I’m grateful for the support of the fans who enjoy the work I put into my products, though I’d balk at calling myself a meticulous historian. Truth be told, much of my historical work was heavily corrected or collected from fans and fellow writers like Eric Boyd, Bryon Wischstadt, George Krashos, and many on the FR mailing list (the world on which I did most of my TSR work). All I did was insist every last fact ever in print had to be accounted for; I was just anal-retentive enough to want to gather all that information when possible and make it all work despite apparent mistakes.

My attitude then and now is this: Ed Greenwood (or someone else in other properties) created a marvelously rich place in which to play. We all got to play in that sandbox, but every now and again, someone had to go around and rake through the sand, find toys lost beneath someone else’s sand castle, and resort the toys to where they belonged before more play could continue therein. I just had so much respect and love for the Realms that I made it a major part of my job to ensure that every fact got acknowledged (especially the apparent mistakes, which we’d find ways to make them all work within the whole). I wanted the Realms to seem as real as a fictional world could be...thus, the importance of histories. After all, isn’t it better to know when something was built and ruined than to just have a random dungeon appear somewhere along the road your party’s on?

I’m not going to rattle off my credits list here for newer fans, as that’s as dull for me to write as it is to read; I’ve worked on nearly every TSR trademark world/game existing from 1990 to its demise with the exceptions of PLANESCAPE® (unless you count the BLOODWARS card game in it) and RAVENLOFT® (aside from playtesting). The bulk of my work from 1990 through 2000 centered on the MARVEL SUPER-HEROES® game and the FORGOTTEN REALMS® world. I’ve worked on more than 60 products and more than 50 articles for DRAGON and other magazines. I’ve been publishing short stories sporadically since 1999 and hope to move on up to novels eventually.

As for how I feel about the last 12 years of work, I’m proud of it on the whole. Sure, some products weren’t what I’d like them to be, and others worked and sold far better than we’d ever expected. Like any body of work, there are ups and downs, but I’m content with it overall. Still, it’s not my opinions on my work that matter but what the fans think of it. After all, I’m not writing or working for myself but for them. Best to ask the GamingReport audience to judge the work-I’m too close to it even after 12 years to judge any of it fairly.

GamingReport:
What would you say was your most challenging work thus far and why?

Steven Schend:
Sea of Fallen Stars was by far one of the toughest products I ever wrote for TSR/WotC for two reasons. One, it required me to learn about underwater ecology and life so I could build a relatively feasible fantasy setting beneath the Sea of Fallen Stars. Two, aside from about 20 pages or so linked with the surface, it was all entirely new material, and for the first time in the Realms, I wasn’t building off of someone else’s previous designs but all my own work. Loved it all the more for that reason, but it was tough trying to build something entirely new that lived up to the splendor of what had come before it. Lastly, I’d like to say that working with Phil Athans and Mel Odom on its tie-in projects between SoFS and the book trilogy Threat from the Sea was a great time and I wish we could work together like that again.

GamingReport:
Have you ever considered writing a novel?

Steven Schend:
Every day. I’ve a corkboard in my home office literally covered in index cards of short story idea fragments, novel outlines, and ideas. Like most writers, I’ve got more than a dozen stories lying around on scraps of paper or littering my hard drives at any given time.

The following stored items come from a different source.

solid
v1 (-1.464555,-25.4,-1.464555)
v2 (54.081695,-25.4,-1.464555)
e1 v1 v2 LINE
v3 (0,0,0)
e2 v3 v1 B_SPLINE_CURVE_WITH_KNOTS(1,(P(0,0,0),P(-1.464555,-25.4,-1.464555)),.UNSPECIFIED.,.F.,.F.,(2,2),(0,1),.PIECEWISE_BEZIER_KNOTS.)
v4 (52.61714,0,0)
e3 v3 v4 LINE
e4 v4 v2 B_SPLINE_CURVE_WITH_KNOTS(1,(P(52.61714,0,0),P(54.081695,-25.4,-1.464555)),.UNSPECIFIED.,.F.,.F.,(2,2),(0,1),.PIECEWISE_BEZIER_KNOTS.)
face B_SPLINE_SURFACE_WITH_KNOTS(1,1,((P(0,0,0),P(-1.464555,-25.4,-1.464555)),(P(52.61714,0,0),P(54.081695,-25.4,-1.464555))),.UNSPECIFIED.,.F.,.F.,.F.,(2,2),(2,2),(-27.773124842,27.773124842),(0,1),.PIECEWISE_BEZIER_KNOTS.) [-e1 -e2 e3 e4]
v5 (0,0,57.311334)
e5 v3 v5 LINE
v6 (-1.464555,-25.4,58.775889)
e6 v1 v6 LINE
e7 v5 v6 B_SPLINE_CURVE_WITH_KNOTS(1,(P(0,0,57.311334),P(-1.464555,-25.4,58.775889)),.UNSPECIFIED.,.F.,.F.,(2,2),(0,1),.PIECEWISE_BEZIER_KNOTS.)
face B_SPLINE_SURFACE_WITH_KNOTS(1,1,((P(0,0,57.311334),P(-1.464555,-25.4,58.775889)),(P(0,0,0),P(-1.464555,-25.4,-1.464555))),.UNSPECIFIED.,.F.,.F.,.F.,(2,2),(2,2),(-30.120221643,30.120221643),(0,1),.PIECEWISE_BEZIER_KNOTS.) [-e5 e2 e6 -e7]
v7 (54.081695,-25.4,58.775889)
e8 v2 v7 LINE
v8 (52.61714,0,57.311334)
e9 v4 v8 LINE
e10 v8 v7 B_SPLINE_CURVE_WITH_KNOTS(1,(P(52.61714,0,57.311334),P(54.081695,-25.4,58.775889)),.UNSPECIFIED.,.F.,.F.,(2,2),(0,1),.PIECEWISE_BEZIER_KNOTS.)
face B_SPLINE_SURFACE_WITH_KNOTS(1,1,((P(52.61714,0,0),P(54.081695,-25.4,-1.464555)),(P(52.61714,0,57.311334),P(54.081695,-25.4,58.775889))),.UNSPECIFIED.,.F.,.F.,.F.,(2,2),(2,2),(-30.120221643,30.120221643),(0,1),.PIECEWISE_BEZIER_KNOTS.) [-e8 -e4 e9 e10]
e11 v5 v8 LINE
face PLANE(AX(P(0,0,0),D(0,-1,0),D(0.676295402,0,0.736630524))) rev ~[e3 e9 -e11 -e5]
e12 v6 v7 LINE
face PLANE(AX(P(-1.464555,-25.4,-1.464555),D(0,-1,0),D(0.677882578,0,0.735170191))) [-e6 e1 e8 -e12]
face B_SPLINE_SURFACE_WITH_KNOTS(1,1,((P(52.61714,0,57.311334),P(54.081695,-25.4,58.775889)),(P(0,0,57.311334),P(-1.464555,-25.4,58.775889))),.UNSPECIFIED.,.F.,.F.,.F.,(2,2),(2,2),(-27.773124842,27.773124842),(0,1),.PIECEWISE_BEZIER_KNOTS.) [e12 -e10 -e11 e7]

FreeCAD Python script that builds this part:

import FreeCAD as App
import Part
import Sketcher
from FreeCAD import Vector
Q = App.Units.Quantity

doc = App.newDocument("Part")
body = doc.addObject("PartDesign::Body", "Body")

# Sketch on XZ plane
sketch1 = doc.addObject("Sketcher::SketchObject", "Sketch")
body.addObject(sketch1)
sketch1.AttachmentSupport = (doc.XZ_Plane, [""])
sketch1.MapMode = "FlatFace"
sketch1.addGeometry(Part.LineSegment(Vector(0, 57, 0), Vector(0, 0, 0)), False)
sketch1.addGeometry(Part.LineSegment(Vector(0, 0, 0), Vector(53, 0, 0)), False)
sketch1.addGeometry(Part.LineSegment(Vector(53, 0, 0), Vector(53, 57, 0)), False)
sketch1.addGeometry(Part.LineSegment(Vector(53, 57, 0), Vector(0, 57, 0)), False)
sketch1.addConstraint(Sketcher.Constraint("Coincident", 0, 2, 1, 1))
sketch1.addConstraint(Sketcher.Constraint("Coincident", 1, 2, 2, 1))
sketch1.addConstraint(Sketcher.Constraint("Coincident", 2, 2, 3, 1))
sketch1.addConstraint(Sketcher.Constraint("Coincident", 3, 2, 0, 1))
sketch1.addConstraint(Sketcher.Constraint("Vertical", 0))
sketch1.addConstraint(Sketcher.Constraint("Horizontal", 1))
sketch1.addConstraint(Sketcher.Constraint("Vertical", 2))
sketch1.addConstraint(Sketcher.Constraint("Horizontal", 3))
sketch1.addConstraint(Sketcher.Constraint("Coincident", 0, 2, -1, 1))
sketch1.addConstraint(Sketcher.Constraint("DistanceX", 1, 1, 1, 2, 52.61714))
sketch1.addConstraint(Sketcher.Constraint("DistanceY", 0, 2, 0, 1, 57.311334))
pad1 = doc.addObject("PartDesign::Pad", "Pad")
body.addObject(pad1)
pad1.Profile = sketch1
pad1.Length = Q("1 in")
pad1.TaperAngle = 3.3

doc.recompute()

I’ve been working for the past two years to get a particular novel wrung out of my head, and it’s still coming, though very slowly. Given the demands of paying the rent and eating, working on something without a paycheck attached becomes a lower priority. Still, I hope to someday get some novels out there for the public to read. Isn’t that every writer’s dream to live off the proceeds of their novels? I know it is for me.

GamingReport:
How was your experience working with TSR/WotC?

Steven Schend:
Exhausting and educational immediately leap to mind as the flippant answer. I had a lot of fun and made many friends on staff at TSR and at Wizards. That said, people often don’t realize that it’s not a bunch of people sitting around playing games. It’s hard work being creative on demand and on deadline every day. I learned a lot more about professional writing and technical editing on staff than I ever would have as a high school English teacher. Still, in another few years, I won’t remember the stress of 16-hour days to meet a deadline or arguments over whose vision was more important for what product. I’ll remember things like:

  • Lunchtime games among the designers in the TSR games library;
  • Learning such wisdom from the infamous TSR quote board as "Yurts don’t float" and "When I say towers, I mean tubes going into the ground;"
  • Seeing some incredibly gorgeous painting come together on an artist’s easel from an idea you’d pitched months before;
  • The fun but torturous task of playing the TSR censor to Ed Greenwood’s Elminster talks at GenCon to keep "Elminster’s" comments just this side of scandalous; and
  • The many people I’ve come to call friends over the years and learning that even people whose works I’d played as a neophyte gamer were good people too

    GamingReport:
    What were your thoughts/feelings when TSR was bought by WotC?

    Steven Schend:
    "Thank the gods, we still have jobs" That’s the truth. Much of that time is lost in a blur of stress from not knowing whether we’d be paid or employed week by week to the move westward and resettling in Washington. I’ll always be grateful to Peter Adkison and company for bringing me out here, as I’ve found myself very much at home in the Pacific Northwest and that I never expected.

    GamingReport:
    What were your thoughts/feelings when WotC sold to Hasbro and how did working there change?

    Steven Schend:
    There was some trepidation over the sale among the staff as people who’d only moved out to Washington a few years before wondered if they’d be asked to move to Pawtucket, Rhode Island where Hasbro resides. That hasn’t happened yet, and I think that most of the worries and feelings that happen around corporate sales happen around any changes. By nature, we don’t look forward to change and always seek a comfort zone.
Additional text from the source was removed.